#### DATA TO EXAMINE ####
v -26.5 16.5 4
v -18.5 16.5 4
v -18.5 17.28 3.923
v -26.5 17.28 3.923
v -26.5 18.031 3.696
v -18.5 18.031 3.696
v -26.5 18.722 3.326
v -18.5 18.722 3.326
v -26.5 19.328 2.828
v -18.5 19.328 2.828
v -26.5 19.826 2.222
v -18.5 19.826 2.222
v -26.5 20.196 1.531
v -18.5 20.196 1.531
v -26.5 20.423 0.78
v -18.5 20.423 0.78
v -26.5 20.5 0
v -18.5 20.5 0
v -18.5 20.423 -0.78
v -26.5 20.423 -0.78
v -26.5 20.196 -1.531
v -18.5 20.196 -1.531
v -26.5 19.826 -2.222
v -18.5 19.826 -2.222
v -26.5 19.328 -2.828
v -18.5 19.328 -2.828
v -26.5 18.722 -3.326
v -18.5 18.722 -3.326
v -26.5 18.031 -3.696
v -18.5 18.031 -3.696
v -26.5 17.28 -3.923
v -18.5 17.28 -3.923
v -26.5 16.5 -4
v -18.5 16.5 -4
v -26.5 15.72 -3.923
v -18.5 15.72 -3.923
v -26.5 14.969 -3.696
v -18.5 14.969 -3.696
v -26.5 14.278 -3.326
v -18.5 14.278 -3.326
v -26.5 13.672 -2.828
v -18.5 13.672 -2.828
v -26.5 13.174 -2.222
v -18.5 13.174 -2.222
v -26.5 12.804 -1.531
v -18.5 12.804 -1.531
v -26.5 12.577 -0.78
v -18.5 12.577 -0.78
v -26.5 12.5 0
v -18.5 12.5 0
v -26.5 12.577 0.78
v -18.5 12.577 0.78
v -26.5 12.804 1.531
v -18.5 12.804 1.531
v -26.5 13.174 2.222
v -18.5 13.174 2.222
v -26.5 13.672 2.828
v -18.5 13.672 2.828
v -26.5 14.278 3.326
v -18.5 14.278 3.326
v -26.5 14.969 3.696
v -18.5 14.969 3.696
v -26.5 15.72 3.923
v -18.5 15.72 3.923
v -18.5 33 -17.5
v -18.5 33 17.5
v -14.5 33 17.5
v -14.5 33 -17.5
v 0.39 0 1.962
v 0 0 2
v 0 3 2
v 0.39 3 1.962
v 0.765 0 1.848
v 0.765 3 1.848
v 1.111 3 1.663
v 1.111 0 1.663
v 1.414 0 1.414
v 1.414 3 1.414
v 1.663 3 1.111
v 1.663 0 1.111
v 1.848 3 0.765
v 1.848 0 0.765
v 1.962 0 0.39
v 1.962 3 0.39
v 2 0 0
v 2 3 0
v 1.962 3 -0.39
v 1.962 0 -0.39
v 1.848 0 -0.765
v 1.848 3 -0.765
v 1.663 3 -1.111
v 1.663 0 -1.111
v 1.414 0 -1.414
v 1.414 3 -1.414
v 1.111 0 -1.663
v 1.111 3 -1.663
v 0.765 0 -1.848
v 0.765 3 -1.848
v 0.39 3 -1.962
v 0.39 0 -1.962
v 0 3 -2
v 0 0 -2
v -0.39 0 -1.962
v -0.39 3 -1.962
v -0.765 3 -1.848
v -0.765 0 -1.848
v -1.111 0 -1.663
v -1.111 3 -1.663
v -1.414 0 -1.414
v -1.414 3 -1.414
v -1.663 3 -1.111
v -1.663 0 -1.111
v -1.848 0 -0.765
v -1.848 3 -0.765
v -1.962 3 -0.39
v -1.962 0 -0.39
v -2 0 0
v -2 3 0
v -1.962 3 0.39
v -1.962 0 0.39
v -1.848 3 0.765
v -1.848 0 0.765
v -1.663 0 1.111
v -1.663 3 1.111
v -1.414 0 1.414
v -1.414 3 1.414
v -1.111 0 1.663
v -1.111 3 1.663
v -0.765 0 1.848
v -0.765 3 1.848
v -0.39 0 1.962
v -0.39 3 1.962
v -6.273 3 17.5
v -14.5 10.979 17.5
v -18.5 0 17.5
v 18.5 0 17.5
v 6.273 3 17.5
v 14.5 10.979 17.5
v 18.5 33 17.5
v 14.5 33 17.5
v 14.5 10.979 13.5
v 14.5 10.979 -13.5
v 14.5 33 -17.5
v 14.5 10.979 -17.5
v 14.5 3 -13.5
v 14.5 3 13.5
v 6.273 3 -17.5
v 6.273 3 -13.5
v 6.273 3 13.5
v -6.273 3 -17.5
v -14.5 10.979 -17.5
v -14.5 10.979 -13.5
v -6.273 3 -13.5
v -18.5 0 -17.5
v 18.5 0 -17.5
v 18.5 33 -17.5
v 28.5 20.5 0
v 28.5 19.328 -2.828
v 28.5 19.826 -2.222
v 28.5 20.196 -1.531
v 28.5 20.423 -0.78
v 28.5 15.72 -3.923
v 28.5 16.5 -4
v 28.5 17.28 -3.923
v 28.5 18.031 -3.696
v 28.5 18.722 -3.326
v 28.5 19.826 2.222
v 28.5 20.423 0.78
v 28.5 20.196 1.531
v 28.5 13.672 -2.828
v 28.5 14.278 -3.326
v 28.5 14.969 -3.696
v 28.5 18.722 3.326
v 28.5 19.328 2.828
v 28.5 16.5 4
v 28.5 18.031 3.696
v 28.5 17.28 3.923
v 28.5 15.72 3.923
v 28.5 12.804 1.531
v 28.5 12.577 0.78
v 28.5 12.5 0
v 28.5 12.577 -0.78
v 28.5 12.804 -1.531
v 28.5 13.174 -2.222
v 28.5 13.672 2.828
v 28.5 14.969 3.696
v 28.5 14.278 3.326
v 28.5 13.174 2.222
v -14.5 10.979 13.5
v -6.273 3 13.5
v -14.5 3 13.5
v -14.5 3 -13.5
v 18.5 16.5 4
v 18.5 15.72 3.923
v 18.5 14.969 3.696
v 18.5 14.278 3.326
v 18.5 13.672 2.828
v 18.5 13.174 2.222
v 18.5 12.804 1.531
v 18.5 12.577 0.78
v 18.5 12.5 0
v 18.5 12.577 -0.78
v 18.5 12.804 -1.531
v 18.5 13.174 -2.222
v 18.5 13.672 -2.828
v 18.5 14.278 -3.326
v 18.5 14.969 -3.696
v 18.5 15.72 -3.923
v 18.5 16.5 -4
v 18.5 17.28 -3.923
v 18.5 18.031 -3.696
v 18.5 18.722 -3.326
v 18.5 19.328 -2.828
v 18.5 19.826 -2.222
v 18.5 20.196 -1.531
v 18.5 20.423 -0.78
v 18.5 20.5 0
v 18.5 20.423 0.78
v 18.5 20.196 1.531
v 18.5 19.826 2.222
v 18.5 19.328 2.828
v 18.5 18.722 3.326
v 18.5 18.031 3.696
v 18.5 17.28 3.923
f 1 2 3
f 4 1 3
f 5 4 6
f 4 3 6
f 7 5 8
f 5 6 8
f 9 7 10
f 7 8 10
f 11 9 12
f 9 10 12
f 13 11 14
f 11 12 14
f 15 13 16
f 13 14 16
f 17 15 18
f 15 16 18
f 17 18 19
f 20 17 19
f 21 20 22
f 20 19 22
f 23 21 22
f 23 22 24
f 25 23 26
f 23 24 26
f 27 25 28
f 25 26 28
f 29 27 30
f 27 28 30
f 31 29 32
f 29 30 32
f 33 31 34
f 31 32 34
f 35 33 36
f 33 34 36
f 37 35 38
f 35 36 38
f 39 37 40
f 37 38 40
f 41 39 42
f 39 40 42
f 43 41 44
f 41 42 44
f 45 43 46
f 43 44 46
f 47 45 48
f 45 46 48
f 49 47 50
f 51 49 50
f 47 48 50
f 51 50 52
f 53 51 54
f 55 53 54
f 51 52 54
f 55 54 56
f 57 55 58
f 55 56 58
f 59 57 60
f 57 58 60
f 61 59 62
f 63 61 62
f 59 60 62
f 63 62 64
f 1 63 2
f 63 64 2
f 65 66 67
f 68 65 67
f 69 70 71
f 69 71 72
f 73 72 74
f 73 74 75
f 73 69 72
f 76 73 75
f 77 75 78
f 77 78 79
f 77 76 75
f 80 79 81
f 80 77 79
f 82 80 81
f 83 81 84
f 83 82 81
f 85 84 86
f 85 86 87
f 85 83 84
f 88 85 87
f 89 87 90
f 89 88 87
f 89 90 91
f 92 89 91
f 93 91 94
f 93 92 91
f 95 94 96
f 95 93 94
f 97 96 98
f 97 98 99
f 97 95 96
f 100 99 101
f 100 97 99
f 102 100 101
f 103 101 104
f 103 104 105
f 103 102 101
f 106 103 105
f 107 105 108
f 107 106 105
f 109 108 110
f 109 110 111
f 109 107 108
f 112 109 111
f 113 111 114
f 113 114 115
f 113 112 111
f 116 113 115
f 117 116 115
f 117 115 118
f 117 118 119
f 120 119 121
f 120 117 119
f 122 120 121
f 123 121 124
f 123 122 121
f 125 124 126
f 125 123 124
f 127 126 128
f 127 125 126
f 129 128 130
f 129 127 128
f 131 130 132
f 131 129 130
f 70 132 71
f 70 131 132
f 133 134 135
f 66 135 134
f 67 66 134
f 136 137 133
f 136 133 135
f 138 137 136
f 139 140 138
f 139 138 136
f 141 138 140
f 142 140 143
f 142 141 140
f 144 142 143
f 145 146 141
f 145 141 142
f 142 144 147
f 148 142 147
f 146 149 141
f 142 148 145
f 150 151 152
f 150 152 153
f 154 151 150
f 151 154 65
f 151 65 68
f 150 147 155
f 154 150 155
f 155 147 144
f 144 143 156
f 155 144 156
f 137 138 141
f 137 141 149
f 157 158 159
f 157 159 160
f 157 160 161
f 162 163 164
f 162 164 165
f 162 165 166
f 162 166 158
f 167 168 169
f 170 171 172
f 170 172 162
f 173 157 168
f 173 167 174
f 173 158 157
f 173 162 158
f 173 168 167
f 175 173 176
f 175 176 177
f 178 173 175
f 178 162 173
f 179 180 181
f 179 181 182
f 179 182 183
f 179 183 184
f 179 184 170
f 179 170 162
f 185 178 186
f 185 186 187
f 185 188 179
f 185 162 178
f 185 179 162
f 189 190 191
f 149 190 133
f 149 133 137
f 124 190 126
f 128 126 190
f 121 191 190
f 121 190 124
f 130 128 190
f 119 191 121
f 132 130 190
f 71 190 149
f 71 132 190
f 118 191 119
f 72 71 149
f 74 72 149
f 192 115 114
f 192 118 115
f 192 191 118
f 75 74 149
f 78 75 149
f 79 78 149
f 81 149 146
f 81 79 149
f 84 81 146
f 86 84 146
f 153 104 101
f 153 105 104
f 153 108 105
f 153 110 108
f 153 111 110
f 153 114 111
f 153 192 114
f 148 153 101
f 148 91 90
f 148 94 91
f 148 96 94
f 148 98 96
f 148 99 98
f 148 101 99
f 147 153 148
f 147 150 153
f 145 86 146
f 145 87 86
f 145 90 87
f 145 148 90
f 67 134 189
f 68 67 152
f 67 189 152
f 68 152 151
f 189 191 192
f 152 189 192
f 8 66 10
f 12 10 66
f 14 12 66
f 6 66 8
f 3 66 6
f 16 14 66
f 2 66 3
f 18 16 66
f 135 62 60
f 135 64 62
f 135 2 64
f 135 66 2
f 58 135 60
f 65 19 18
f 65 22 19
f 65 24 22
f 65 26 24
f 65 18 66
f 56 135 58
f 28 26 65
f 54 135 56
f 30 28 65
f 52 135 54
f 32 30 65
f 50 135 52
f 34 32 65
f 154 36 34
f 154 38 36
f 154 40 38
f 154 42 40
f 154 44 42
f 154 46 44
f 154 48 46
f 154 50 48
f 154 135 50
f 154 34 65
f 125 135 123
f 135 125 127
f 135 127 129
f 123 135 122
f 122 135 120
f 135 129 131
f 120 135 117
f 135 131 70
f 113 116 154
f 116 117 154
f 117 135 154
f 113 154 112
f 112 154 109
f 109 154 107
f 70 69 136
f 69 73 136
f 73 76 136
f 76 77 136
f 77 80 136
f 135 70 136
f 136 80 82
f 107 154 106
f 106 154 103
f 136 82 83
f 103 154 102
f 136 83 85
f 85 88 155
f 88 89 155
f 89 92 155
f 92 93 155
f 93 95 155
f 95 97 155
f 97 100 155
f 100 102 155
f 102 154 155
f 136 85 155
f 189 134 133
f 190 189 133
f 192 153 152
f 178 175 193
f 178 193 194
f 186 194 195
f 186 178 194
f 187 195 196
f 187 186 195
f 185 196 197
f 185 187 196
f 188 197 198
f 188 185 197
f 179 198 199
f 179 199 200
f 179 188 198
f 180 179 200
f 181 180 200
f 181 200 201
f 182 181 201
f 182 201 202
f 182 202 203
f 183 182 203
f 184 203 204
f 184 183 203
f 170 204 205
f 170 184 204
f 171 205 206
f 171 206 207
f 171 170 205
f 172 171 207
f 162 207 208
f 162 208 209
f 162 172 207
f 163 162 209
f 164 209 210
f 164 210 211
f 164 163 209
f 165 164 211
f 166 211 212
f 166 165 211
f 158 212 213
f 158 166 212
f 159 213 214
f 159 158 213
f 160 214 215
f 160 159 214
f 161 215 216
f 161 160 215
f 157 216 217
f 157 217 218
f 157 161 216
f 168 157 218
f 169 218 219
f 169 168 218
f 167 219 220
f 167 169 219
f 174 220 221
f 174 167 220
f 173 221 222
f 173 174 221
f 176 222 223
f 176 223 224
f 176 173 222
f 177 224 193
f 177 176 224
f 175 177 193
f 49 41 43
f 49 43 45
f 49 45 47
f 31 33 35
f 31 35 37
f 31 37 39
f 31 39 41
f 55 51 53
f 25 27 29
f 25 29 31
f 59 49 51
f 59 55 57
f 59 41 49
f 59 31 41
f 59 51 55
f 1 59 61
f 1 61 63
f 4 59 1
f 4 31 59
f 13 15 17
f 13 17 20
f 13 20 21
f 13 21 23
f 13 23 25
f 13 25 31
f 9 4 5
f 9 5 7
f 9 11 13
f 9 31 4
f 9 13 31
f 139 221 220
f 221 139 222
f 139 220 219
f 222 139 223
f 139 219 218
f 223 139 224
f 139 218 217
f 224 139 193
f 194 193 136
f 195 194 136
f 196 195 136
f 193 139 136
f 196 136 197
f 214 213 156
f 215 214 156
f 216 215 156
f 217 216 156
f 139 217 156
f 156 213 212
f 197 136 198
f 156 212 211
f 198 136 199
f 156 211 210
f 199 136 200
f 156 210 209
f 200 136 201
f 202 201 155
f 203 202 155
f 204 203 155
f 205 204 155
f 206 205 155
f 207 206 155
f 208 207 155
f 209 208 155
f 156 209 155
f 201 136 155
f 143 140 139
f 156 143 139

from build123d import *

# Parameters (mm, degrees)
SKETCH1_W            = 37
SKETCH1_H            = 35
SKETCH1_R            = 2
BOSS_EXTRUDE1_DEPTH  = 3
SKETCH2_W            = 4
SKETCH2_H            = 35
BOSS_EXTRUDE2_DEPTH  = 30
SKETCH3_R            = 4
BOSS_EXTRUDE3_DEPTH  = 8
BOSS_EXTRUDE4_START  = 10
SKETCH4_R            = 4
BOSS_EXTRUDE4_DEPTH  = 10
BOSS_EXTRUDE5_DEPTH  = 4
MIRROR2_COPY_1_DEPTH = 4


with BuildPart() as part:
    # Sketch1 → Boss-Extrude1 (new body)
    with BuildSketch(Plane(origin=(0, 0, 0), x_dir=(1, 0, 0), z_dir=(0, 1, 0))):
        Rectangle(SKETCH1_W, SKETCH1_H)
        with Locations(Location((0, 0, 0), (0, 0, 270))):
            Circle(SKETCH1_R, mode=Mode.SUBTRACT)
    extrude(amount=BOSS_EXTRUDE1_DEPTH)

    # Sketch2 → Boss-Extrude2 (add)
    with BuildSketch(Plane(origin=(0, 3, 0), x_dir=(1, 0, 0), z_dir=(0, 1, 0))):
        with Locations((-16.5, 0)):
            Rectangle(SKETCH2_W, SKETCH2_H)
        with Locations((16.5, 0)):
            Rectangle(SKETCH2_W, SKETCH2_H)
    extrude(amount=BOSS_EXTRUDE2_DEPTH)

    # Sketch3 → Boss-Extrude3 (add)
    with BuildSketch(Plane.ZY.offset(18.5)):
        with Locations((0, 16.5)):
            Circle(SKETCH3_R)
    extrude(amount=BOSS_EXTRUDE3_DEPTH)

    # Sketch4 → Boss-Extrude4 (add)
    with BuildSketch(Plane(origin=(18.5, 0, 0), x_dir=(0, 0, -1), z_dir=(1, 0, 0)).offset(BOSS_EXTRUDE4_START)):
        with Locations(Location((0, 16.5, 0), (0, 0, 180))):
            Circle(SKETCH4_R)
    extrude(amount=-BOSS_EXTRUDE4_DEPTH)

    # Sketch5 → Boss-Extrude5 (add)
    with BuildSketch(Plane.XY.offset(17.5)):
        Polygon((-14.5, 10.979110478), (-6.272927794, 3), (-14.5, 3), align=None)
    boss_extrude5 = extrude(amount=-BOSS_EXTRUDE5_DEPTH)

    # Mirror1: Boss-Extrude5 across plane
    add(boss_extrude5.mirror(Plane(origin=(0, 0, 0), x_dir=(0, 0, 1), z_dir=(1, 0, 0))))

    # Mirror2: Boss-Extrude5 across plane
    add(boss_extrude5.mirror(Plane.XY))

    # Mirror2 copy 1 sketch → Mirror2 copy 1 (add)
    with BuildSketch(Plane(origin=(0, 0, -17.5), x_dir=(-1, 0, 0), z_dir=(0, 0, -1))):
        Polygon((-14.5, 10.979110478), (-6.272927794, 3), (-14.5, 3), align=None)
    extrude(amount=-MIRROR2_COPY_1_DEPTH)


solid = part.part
####
#### DATA TO EXAMINE ####
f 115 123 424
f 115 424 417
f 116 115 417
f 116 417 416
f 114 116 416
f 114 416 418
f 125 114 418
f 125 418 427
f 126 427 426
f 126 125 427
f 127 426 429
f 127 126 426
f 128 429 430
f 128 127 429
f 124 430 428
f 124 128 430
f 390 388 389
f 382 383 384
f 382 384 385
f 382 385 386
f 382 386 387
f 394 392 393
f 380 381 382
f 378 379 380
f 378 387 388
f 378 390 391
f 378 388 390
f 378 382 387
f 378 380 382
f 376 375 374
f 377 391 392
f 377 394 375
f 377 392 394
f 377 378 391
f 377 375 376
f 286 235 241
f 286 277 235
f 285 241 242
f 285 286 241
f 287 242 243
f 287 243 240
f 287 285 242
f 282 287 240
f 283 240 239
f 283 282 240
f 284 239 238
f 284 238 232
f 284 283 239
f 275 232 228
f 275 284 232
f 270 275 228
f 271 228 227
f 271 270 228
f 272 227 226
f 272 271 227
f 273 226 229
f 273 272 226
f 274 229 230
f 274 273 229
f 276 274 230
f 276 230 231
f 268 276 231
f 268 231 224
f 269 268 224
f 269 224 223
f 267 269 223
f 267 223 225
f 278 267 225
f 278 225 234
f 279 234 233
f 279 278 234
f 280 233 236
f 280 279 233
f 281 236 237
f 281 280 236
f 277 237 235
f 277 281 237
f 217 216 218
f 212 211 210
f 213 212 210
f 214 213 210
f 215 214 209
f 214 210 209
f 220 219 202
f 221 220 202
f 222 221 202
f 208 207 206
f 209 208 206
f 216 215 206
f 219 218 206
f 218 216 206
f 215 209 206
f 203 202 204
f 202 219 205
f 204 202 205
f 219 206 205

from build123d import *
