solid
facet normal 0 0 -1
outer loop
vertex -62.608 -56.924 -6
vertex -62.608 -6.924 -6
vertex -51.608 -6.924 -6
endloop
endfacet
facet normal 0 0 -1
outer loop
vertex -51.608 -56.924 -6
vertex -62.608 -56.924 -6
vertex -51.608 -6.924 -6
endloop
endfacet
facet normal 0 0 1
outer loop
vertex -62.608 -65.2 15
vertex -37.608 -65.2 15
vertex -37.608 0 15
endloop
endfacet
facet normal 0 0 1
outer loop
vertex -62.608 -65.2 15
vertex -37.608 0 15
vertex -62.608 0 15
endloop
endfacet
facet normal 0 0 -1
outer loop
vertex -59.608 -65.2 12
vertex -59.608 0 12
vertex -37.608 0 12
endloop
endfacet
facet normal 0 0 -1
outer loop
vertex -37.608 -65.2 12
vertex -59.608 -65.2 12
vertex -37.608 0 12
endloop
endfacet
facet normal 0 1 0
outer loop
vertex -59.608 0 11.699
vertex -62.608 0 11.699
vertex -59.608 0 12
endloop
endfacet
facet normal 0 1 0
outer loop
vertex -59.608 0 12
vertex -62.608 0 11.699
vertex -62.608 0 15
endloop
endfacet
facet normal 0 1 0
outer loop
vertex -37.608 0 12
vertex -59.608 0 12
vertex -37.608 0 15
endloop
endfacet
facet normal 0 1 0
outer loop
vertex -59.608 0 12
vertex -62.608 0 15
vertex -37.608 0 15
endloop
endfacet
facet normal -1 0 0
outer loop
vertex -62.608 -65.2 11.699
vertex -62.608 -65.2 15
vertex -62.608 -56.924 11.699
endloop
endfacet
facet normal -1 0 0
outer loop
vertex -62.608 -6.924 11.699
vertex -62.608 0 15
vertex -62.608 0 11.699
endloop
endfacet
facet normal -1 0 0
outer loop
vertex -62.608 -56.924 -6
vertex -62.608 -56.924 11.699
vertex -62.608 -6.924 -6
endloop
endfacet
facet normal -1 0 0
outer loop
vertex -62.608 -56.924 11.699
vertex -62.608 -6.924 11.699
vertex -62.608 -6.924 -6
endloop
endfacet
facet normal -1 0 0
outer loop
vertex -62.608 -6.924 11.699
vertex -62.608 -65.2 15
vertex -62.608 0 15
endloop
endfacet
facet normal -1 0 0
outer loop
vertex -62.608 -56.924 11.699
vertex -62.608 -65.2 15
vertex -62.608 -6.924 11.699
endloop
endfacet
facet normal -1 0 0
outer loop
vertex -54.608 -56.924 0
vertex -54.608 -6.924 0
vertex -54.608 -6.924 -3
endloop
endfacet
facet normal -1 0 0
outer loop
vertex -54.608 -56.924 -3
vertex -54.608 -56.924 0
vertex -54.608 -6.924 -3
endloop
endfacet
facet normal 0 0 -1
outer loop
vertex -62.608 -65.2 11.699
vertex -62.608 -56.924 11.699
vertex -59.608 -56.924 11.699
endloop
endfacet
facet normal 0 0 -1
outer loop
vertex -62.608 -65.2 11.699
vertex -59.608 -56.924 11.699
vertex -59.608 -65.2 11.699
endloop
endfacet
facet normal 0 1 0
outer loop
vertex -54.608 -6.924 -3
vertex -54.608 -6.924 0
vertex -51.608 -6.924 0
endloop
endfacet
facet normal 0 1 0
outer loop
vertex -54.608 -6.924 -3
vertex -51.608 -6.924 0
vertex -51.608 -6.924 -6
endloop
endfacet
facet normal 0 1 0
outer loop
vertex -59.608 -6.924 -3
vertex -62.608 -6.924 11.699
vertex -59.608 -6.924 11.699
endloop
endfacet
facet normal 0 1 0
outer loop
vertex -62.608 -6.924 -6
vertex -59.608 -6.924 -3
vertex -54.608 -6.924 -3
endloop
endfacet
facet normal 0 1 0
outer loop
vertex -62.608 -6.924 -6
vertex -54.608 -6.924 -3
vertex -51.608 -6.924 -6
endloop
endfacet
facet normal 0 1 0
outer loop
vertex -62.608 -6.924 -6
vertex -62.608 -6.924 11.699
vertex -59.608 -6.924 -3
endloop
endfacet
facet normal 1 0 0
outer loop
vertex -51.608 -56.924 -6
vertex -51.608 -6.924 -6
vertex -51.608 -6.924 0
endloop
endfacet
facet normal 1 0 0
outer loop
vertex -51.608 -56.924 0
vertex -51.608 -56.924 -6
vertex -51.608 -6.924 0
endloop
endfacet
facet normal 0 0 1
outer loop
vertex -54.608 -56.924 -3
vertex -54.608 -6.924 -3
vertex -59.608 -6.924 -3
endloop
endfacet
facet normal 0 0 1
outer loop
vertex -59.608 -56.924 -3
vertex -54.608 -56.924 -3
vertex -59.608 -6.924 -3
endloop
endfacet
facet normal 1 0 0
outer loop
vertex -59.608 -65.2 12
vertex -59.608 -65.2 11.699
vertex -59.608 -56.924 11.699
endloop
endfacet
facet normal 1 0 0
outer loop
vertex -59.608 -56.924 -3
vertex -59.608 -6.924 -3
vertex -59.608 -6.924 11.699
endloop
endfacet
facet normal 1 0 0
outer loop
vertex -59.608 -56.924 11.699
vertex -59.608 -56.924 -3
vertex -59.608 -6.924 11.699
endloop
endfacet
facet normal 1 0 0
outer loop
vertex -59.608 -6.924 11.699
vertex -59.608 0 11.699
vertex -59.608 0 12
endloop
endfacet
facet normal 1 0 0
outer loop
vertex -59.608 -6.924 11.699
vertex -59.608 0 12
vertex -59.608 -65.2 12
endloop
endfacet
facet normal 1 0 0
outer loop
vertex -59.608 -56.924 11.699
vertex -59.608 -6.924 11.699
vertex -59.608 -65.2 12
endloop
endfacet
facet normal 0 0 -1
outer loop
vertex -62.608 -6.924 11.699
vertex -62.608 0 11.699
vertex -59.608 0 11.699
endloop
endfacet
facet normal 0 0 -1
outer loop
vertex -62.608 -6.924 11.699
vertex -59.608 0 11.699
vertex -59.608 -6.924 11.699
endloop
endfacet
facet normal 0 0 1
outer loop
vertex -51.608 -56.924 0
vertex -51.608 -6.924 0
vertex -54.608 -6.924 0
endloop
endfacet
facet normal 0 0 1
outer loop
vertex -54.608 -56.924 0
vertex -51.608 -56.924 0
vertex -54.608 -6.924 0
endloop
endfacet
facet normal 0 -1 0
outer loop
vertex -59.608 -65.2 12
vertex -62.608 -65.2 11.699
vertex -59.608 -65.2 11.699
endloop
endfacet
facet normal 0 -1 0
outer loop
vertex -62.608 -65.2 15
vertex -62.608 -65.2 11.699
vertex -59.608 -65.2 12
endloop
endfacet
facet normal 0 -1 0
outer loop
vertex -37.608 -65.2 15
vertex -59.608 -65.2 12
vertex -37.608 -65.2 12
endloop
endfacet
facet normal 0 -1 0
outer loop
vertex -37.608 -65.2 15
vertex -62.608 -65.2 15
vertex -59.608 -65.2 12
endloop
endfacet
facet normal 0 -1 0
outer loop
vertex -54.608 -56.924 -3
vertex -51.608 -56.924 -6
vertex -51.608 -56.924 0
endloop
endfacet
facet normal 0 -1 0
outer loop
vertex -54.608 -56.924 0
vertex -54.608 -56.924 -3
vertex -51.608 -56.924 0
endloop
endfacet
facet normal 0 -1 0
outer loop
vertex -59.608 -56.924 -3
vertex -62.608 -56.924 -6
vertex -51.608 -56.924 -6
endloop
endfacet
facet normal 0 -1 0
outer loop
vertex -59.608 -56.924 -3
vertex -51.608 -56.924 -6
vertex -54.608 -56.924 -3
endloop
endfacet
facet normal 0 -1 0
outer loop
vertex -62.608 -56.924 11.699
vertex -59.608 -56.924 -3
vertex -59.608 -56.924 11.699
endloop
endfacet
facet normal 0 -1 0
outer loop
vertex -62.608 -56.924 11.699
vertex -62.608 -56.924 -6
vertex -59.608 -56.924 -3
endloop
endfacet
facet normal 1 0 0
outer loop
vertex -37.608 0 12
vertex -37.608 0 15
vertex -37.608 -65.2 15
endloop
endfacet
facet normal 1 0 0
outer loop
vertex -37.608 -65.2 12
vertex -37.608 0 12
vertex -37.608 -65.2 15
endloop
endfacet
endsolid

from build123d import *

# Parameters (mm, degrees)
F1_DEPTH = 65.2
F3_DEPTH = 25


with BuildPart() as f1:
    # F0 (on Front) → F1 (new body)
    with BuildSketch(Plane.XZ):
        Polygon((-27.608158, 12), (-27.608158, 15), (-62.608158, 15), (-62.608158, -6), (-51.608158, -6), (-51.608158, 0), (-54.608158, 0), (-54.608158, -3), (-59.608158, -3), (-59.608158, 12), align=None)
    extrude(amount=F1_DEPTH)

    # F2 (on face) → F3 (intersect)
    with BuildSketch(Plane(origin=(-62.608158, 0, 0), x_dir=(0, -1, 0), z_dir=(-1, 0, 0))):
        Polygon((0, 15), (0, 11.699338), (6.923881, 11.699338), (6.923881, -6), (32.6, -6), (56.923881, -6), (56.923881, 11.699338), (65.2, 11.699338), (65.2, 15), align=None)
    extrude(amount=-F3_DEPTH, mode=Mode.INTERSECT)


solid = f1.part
####
Using the data above, repeat exactly the lines that begin at the line with "v -26.5 16.5 4" and end at the line with "v -26.5 12.804 1.531", both ends included.

v -26.5 16.5 4
v -18.5 16.5 4
v -18.5 17.28 3.923
v -26.5 17.28 3.923
v -26.5 18.031 3.696
v -18.5 18.031 3.696
v -26.5 18.722 3.326
v -18.5 18.722 3.326
v -26.5 19.328 2.828
v -18.5 19.328 2.828
v -26.5 19.826 2.222
v -18.5 19.826 2.222
v -26.5 20.196 1.531
v -18.5 20.196 1.531
v -26.5 20.423 0.78
v -18.5 20.423 0.78
v -26.5 20.5 0
v -18.5 20.5 0
v -18.5 20.423 -0.78
v -26.5 20.423 -0.78
v -26.5 20.196 -1.531
v -18.5 20.196 -1.531
v -26.5 19.826 -2.222
v -18.5 19.826 -2.222
v -26.5 19.328 -2.828
v -18.5 19.328 -2.828
v -26.5 18.722 -3.326
v -18.5 18.722 -3.326
v -26.5 18.031 -3.696
v -18.5 18.031 -3.696
v -26.5 17.28 -3.923
v -18.5 17.28 -3.923
v -26.5 16.5 -4
v -18.5 16.5 -4
v -26.5 15.72 -3.923
v -18.5 15.72 -3.923
v -26.5 14.969 -3.696
v -18.5 14.969 -3.696
v -26.5 14.278 -3.326
v -18.5 14.278 -3.326
v -26.5 13.672 -2.828
v -18.5 13.672 -2.828
v -26.5 13.174 -2.222
v -18.5 13.174 -2.222
v -26.5 12.804 -1.531
v -18.5 12.804 -1.531
v -26.5 12.577 -0.78
v -18.5 12.577 -0.78
v -26.5 12.5 0
v -18.5 12.5 0
v -26.5 12.577 0.78
v -18.5 12.577 0.78
v -26.5 12.804 1.531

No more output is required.